Tropical depression grows into storm en route to southern Vietnam

By Huu Nguyen   January 3, 2018 | 11:13 am GMT+7
Tropical depression grows into storm en route to southern Vietnam
Men prepare for Typhoon Tembin in Ca Mau Province in southern Vietnam in December 2017. Photo by VnExpress/Phuc Hung

Bolaven, the year’s first storm, is forecast to ravage the south central coast from Wednesday.

A tropical depression which has killed at least two people in the Philippines strengthened into a storm as it was heading to south central Vietnam on Wednesday morning.

The depression gained strength after entering the South China Sea, which is known as the East Sea in Vietnam, and became the first storm to rage Vietnamese waters this year.

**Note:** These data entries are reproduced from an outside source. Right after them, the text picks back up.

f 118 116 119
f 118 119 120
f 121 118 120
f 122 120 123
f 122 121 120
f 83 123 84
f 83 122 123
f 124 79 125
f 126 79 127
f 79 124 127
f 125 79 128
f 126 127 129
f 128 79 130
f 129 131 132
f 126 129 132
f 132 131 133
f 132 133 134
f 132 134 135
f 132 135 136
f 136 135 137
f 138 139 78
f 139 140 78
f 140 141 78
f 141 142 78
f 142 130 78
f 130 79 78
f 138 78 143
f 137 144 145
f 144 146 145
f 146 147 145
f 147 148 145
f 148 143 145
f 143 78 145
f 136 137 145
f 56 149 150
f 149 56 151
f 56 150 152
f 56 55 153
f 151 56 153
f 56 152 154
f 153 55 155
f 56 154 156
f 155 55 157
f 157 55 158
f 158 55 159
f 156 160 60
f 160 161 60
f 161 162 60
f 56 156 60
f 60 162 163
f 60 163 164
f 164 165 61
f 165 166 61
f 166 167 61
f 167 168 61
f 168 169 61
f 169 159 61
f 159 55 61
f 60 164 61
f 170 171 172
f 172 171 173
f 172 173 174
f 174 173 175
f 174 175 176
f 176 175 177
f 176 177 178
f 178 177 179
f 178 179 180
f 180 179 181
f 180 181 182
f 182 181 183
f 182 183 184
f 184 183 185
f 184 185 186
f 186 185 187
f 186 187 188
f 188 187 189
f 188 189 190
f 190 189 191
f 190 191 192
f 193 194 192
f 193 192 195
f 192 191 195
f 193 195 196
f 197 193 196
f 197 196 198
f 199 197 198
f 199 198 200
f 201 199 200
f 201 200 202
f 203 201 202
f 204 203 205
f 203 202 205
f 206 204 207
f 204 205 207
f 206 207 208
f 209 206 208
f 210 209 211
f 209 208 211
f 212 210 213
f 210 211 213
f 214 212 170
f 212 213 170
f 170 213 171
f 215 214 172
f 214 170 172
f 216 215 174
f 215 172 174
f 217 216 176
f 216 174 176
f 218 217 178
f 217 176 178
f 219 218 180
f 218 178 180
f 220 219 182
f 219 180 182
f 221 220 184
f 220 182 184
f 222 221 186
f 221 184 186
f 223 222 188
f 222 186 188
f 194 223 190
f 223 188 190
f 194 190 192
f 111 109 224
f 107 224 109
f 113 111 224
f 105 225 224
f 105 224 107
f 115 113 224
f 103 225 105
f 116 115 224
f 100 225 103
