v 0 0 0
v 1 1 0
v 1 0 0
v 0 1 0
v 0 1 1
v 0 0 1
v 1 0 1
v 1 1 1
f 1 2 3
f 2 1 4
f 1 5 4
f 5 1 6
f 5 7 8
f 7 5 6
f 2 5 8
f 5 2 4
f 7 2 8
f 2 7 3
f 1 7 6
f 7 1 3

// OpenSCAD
// linear_extrude(segments=...) with valid and invalid values.
// Values below 0 are clamped to 0 and non-integers are truncated, like slices=.
// Non-finite and non-number values are ignored with a warning.
for (s = [undef, -1, 0, 2.5, 8, 1/0, -1/0, 0/0, "8", true, [8], [1:3]]) {
  echo(segments = s);
  linear_extrude(height = 1, segments = s) square(1);
}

Bolaven, as the storm has been named, is moving with winds of 75 kilometers (47 miles) per hour and is forecast to be around 250 kilometers off Ninh Thuan and Binh Thuan Provinces on Thursday morning, according to the National Center for Hydrometerological Forecasting.

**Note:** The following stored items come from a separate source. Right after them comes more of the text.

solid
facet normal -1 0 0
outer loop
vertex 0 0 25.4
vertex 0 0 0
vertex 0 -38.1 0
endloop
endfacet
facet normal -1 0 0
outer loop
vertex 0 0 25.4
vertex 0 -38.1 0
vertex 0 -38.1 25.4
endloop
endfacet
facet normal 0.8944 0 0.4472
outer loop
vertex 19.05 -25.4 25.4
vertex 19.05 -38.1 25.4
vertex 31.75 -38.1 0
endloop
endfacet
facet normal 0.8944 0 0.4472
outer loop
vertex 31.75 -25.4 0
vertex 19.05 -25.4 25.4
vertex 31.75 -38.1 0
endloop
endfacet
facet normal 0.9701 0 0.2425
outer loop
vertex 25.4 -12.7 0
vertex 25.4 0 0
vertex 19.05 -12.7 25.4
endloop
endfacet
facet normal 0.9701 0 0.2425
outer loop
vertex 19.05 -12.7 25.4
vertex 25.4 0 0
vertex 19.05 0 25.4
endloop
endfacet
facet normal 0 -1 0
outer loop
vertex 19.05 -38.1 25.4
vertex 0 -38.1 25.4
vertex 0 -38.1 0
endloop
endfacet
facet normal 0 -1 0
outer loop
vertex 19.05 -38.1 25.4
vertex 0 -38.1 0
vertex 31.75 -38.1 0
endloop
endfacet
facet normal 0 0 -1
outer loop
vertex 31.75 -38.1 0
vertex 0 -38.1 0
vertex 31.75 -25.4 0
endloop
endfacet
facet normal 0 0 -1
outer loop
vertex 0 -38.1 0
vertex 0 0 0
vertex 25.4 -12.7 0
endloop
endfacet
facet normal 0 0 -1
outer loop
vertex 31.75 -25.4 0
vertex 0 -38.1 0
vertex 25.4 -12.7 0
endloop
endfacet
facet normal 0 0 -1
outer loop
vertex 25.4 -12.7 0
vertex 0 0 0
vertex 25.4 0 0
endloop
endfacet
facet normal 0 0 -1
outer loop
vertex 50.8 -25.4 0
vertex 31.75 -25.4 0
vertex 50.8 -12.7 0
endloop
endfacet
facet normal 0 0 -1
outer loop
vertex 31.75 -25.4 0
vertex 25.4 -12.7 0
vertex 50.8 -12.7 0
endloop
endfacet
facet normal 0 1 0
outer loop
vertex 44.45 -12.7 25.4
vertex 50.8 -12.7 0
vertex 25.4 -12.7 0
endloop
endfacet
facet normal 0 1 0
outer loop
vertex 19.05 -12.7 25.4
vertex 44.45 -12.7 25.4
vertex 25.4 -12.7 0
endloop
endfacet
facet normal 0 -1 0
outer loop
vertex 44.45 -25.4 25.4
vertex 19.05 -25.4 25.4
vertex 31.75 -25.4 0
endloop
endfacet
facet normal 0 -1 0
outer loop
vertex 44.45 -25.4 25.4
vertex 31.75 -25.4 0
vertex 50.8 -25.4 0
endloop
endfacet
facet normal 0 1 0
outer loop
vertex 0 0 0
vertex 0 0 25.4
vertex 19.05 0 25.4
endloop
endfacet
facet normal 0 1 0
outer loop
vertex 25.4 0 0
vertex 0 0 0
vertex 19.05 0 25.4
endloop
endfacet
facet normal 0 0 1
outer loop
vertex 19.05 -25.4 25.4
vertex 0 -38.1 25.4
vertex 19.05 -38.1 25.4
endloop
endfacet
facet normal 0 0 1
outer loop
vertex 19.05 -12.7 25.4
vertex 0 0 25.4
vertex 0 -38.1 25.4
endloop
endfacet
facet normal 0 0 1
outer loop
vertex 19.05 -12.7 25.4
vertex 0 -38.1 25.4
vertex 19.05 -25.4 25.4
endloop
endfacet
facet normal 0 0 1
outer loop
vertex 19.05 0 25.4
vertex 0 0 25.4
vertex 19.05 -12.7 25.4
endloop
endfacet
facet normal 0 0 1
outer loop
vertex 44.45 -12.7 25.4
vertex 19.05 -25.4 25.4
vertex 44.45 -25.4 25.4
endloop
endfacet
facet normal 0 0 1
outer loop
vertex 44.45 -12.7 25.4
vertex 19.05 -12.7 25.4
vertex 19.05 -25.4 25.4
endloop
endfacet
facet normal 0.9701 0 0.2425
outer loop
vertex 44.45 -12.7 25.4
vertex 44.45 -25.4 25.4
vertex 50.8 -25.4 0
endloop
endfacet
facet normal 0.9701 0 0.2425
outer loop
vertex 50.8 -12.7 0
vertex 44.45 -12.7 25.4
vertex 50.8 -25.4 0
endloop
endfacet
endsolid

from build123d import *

# Parameters (mm, degrees)
F0_W     = 50.8
F0_H     = 25.4
F1_DEPTH = 38.1
F3_DEPTH = 12.7
F5_DEPTH = 25.4
F7_DEPTH = 12.7


with BuildPart() as f1:
    # F0 (on Front) → F1 (new body)
    with BuildSketch(Plane.XZ):
        with Locations((25.4, 12.7)):
            Rectangle(F0_W, F0_H)
    extrude(amount=F1_DEPTH)

    # F2 (on face) → F3 (cut)
    with BuildSketch(Plane.XZ.offset(38.1)):
        Polygon((19.05, 25.4), (31.75, 0), (50.8, 0), (50.8, 25.4), align=None)
    extrude(amount=-F3_DEPTH, mode=Mode.SUBTRACT)

    # F4 (on face) → F5 (cut)
    with BuildSketch(Plane.XZ.offset(25.4)):
        Polygon((50.8, 25.4), (44.45, 25.4), (50.8, 0), align=None)
    extrude(amount=-F5_DEPTH, mode=Mode.SUBTRACT)

    # F6 (on face) → F7 (cut)
    with BuildSketch(Plane(origin=(0, 0, 0), x_dir=(-1, 0, 0), z_dir=(0, 1, 0))):
        Polygon((-50.8, 0), (-25.4, 0), (-19.05, 25.4), (-44.45, 25.4), align=None)
    extrude(amount=-F7_DEPTH, mode=Mode.SUBTRACT)


solid = f1.part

The storm is feared to pose high risks to the region, before weakening into a tropical depression the same day with wind speeds of up to 60 kph, threatening more than 500 kilometers of coastline between Phu Yen and Ba Ria-Vung Tau, the latter neighboring Saigon.

Saigon should expect heavy flooding as the southern metropolis will be affected by both the depression and 2-meter high tides in the next two days. 

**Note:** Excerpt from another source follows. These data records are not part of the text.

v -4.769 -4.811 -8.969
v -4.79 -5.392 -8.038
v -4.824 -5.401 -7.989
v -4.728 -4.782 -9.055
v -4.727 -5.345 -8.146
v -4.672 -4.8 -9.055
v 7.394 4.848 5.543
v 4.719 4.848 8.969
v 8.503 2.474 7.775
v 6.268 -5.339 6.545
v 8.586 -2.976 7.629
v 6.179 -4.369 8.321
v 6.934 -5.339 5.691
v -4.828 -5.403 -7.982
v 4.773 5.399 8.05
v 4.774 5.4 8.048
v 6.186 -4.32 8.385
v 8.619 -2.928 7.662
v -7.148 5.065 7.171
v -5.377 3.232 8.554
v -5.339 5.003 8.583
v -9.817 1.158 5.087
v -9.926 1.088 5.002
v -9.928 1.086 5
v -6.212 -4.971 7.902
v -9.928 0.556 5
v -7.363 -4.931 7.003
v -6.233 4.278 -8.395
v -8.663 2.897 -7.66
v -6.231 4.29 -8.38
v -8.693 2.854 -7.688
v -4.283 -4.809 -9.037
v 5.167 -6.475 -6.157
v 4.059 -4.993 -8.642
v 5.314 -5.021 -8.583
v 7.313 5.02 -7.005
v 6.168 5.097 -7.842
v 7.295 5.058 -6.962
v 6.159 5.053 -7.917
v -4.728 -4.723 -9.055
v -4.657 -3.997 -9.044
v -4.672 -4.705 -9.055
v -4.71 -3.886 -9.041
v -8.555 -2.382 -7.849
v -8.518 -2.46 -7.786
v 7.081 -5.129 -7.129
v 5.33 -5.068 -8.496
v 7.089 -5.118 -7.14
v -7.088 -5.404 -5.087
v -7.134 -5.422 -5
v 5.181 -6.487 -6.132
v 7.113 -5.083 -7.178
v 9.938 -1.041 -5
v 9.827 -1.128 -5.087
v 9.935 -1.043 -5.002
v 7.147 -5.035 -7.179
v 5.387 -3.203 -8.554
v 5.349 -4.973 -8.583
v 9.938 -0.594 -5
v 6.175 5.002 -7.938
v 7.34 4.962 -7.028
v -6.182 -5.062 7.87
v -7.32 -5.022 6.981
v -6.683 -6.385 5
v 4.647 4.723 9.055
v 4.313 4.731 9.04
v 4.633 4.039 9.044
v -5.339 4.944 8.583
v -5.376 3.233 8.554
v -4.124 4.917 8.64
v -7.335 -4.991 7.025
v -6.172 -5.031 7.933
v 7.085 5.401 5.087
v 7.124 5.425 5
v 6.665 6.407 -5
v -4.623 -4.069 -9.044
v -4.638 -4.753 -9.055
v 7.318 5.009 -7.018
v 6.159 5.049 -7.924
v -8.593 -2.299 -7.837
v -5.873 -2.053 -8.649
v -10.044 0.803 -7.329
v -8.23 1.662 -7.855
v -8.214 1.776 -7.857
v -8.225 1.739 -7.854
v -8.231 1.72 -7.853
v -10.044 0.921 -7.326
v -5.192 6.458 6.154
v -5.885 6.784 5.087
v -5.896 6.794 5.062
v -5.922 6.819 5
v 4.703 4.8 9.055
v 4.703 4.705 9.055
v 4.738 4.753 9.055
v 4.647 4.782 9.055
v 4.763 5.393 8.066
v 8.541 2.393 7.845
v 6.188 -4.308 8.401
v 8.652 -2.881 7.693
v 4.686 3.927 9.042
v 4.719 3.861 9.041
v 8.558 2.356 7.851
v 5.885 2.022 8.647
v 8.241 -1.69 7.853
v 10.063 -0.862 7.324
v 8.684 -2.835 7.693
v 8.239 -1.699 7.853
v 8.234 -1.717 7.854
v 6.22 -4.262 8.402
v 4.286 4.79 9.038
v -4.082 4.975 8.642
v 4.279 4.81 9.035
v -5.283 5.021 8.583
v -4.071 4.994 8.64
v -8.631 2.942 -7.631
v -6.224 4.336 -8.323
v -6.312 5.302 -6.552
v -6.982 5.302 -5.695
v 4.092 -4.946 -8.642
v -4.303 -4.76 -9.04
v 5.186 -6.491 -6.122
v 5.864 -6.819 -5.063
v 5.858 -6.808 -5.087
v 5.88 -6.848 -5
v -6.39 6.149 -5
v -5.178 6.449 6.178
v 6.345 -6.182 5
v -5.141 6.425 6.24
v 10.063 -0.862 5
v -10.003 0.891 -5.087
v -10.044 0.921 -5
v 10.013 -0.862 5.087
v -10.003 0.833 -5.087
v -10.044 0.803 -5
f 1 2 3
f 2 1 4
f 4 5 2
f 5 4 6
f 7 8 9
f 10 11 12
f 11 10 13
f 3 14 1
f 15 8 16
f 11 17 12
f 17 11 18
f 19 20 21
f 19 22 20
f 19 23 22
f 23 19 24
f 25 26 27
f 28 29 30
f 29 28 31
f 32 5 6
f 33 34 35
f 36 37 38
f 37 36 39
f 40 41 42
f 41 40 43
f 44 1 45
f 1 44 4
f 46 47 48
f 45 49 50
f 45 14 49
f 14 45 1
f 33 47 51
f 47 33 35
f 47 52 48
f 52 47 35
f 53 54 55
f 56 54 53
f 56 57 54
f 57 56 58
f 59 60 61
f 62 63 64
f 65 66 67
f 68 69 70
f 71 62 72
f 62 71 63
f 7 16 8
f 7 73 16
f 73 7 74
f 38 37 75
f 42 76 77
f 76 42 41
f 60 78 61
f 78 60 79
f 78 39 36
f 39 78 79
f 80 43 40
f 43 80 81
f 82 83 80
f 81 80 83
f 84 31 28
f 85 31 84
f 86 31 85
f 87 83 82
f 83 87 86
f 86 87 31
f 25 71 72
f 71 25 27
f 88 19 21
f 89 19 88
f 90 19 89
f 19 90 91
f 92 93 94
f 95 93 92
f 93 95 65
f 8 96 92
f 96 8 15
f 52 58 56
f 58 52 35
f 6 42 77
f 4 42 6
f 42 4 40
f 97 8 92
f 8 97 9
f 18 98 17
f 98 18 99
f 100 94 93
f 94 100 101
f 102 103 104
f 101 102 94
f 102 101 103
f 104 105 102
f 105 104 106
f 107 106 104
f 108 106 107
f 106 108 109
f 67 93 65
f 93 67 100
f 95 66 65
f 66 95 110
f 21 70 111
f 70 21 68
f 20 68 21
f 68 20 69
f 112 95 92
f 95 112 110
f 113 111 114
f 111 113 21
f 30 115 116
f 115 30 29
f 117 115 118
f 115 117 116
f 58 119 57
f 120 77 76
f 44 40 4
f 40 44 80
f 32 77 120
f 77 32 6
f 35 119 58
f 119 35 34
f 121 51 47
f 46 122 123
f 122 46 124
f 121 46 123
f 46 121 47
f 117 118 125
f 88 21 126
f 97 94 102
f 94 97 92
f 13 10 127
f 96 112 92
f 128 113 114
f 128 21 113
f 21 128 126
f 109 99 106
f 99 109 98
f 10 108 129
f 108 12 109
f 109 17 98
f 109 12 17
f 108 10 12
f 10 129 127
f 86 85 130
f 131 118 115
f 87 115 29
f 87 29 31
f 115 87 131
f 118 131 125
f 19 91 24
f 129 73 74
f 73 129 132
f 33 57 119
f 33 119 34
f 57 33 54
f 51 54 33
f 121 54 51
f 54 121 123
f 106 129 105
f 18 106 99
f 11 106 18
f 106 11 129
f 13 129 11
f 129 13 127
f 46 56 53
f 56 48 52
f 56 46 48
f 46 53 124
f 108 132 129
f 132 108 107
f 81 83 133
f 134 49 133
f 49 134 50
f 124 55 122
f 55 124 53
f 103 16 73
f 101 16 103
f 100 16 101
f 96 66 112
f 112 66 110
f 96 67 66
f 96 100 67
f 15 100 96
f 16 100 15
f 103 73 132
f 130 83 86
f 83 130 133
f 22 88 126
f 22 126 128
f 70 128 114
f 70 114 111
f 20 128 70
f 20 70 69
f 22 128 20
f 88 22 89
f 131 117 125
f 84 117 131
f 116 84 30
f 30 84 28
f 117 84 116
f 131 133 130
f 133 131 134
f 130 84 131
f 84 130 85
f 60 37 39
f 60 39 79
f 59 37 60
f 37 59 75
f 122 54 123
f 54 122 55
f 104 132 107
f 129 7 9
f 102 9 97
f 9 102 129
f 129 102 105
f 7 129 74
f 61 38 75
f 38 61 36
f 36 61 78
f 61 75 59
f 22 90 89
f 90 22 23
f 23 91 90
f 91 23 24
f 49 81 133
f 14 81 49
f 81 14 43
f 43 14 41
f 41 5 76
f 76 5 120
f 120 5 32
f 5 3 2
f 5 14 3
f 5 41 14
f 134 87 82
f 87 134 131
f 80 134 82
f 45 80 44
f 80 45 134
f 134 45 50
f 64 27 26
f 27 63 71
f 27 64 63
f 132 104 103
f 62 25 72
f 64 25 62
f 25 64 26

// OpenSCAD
// Auto-generated OpenSCAD file

    inner_points = 10*[[-0.5727942453287636, -0.8196991841635889, -0.49999999999979927], [0.572794245328764, 0.8196991841635887, 0.49999999999979927], [0.4234831942827272, -0.9059039596778707, 0.5000000000000533], [-0.42348319428272685, 0.9059039596778705, -0.5000000000000533], [0.9962774396112515, -0.08620477551448197, -0.5000000000001475], [-0.996277439611251, 0.08620477551448175, 0.5000000000001475], [0.9962774396114111, -0.08620477551434857, 0.49999999999985245], [-0.9962774396114107, 0.08620477551434835, -0.49999999999985245], [0.5727942453286043, 0.8196991841634554, -0.5000000000002008], [-0.5727942453286039, -0.8196991841634557, 0.5000000000002008], [0.42348319428256764, -0.905903959678004, -0.4999999999999469], [-0.4234831942825673, 0.9059039596780037, 0.4999999999999469], [0.5230238949797952, 0.24449813621619343, -1.3164965809278422], [-0.5230238949797947, -0.24449813621619365, 1.3164965809278422], [-0.049770350348888805, -0.5752010479473287, -1.3164965809276414], [0.04977035034888918, 0.5752010479473285, 1.3164965809276414], [-0.47325354463153607, 0.33070291173060856, -1.3164965809276947], [0.4732535446315364, -0.3307029117306088, 1.3164965809276947]];

    outer_points = 10*[[0.5298790273108971, -0.49733729572507634, -0.8496374701582584], [-0.5298790273108971, 0.49733729572507634, 0.8496374701582584], [-0.5206247255916664, -0.9885998081008317, -0.040253130631053124], [0.5206247255916664, 0.9885998081008317, 0.040253130631053124], [0.44745605235875646, -0.5243669819275101, 0.8802399385802442], [-0.44745605235875646, 0.5243669819275101, -0.8802399385802442], [-0.5511838178154568, -0.5022973355596736, 0.833002872544885], [0.5511838178154568, 0.5022973355596736, -0.833002872544885], [0.46876084286331626, 0.47526764935724, 0.8968745361936177], [-0.46876084286331626, -0.47526764935724, -0.8968745361936177], [0.4780151445825469, -1.010669454468668, 0.006983935404306196], [-0.4780151445825469, 1.010669454468668, -0.006983935404306196], [1.287231649678413, -0.038064509386351864, 0.6388132388414419], [-1.287231649678413, 0.038064509386351864, -0.6388132388414419], [1.3177907419022037, -0.5243669819275101, -0.23444276433449618], [-1.3177907419022037, 0.5243669819275101, 0.23444276433449618], [1.3390955324067635, 0.47526764935724, -0.2178081667211227], [-1.3390955324067635, -0.47526764935724, 0.2178081667211227]];

    // Convex hull for inner set (I)
    module inner_hull() {
        hull() {
            for (p = inner_points) {
                translate(p) sphere(r=0.1);
            }
        }
    }

    // Convex hull for outer set (O) minus inner hull (O \ I)
    module outer_minus_inner() {
        difference() {
            hull() {
                for (p = outer_points) {
                    translate(p) sphere(r=0.1);
                }
            }
            inner_hull(); // Subtract inner hull
        }
    }

    // Convex hull for outer set (O) minus all translated inner hulls
    module outer_minus_AllTranslationInner() {
        difference() {
            hull() {
                for (p = outer_points) {
                    translate(p) sphere(r=0.1);
                }
            }
            hull() {
                translate([0,0,50]) inner_hull();
                translate([0,0,-50]) inner_hull();
            }; // Subtract translated inner hulls
        }
    }

    // Difference between outer_minus_inner and outer_minus_AllTranslationInner
    module outer_minus_inner_diff() {
        difference() {
            // Outer minus inner
            difference() {
                hull() {
                    for (p = outer_points) {
                        translate(p) sphere(r=0.1);
                    }
                }
                inner_hull();
            }

            // Subtract Outer minus AllTranslationInner
            difference() {
                hull() {
                    for (p = outer_points) {
                        translate(p) sphere(r=0.1);
                    }
                }
                hull() {
                    translate([0,0,50]) inner_hull();
                    translate([0,0,-50]) inner_hull();
                };
            }
        }
    }

    // Rendering all with colors applied
    color([1, 1, 0, 1]) outer_minus_inner_diff(); // Opaque yellow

The new storm is coming just a week after typhoon Tembin scared Saigon and the entire southern region into mass evacuations and school closures. Tembin had been forecast to make landfall in southern Vietnam after killing at least 230 people in the Philippines. But it moved further south and weakened offshore.

Vietnam was hit by a record number of 16 tropical storms in 2017. The storms and numerous floods left 389 people dead or missing and injured 668 others, mostly in northern and central regions. The disasters caused damage worth around VND60 trillion ($2.64 billion), 1.5 times more than the previous year, according to the General Statistics Office.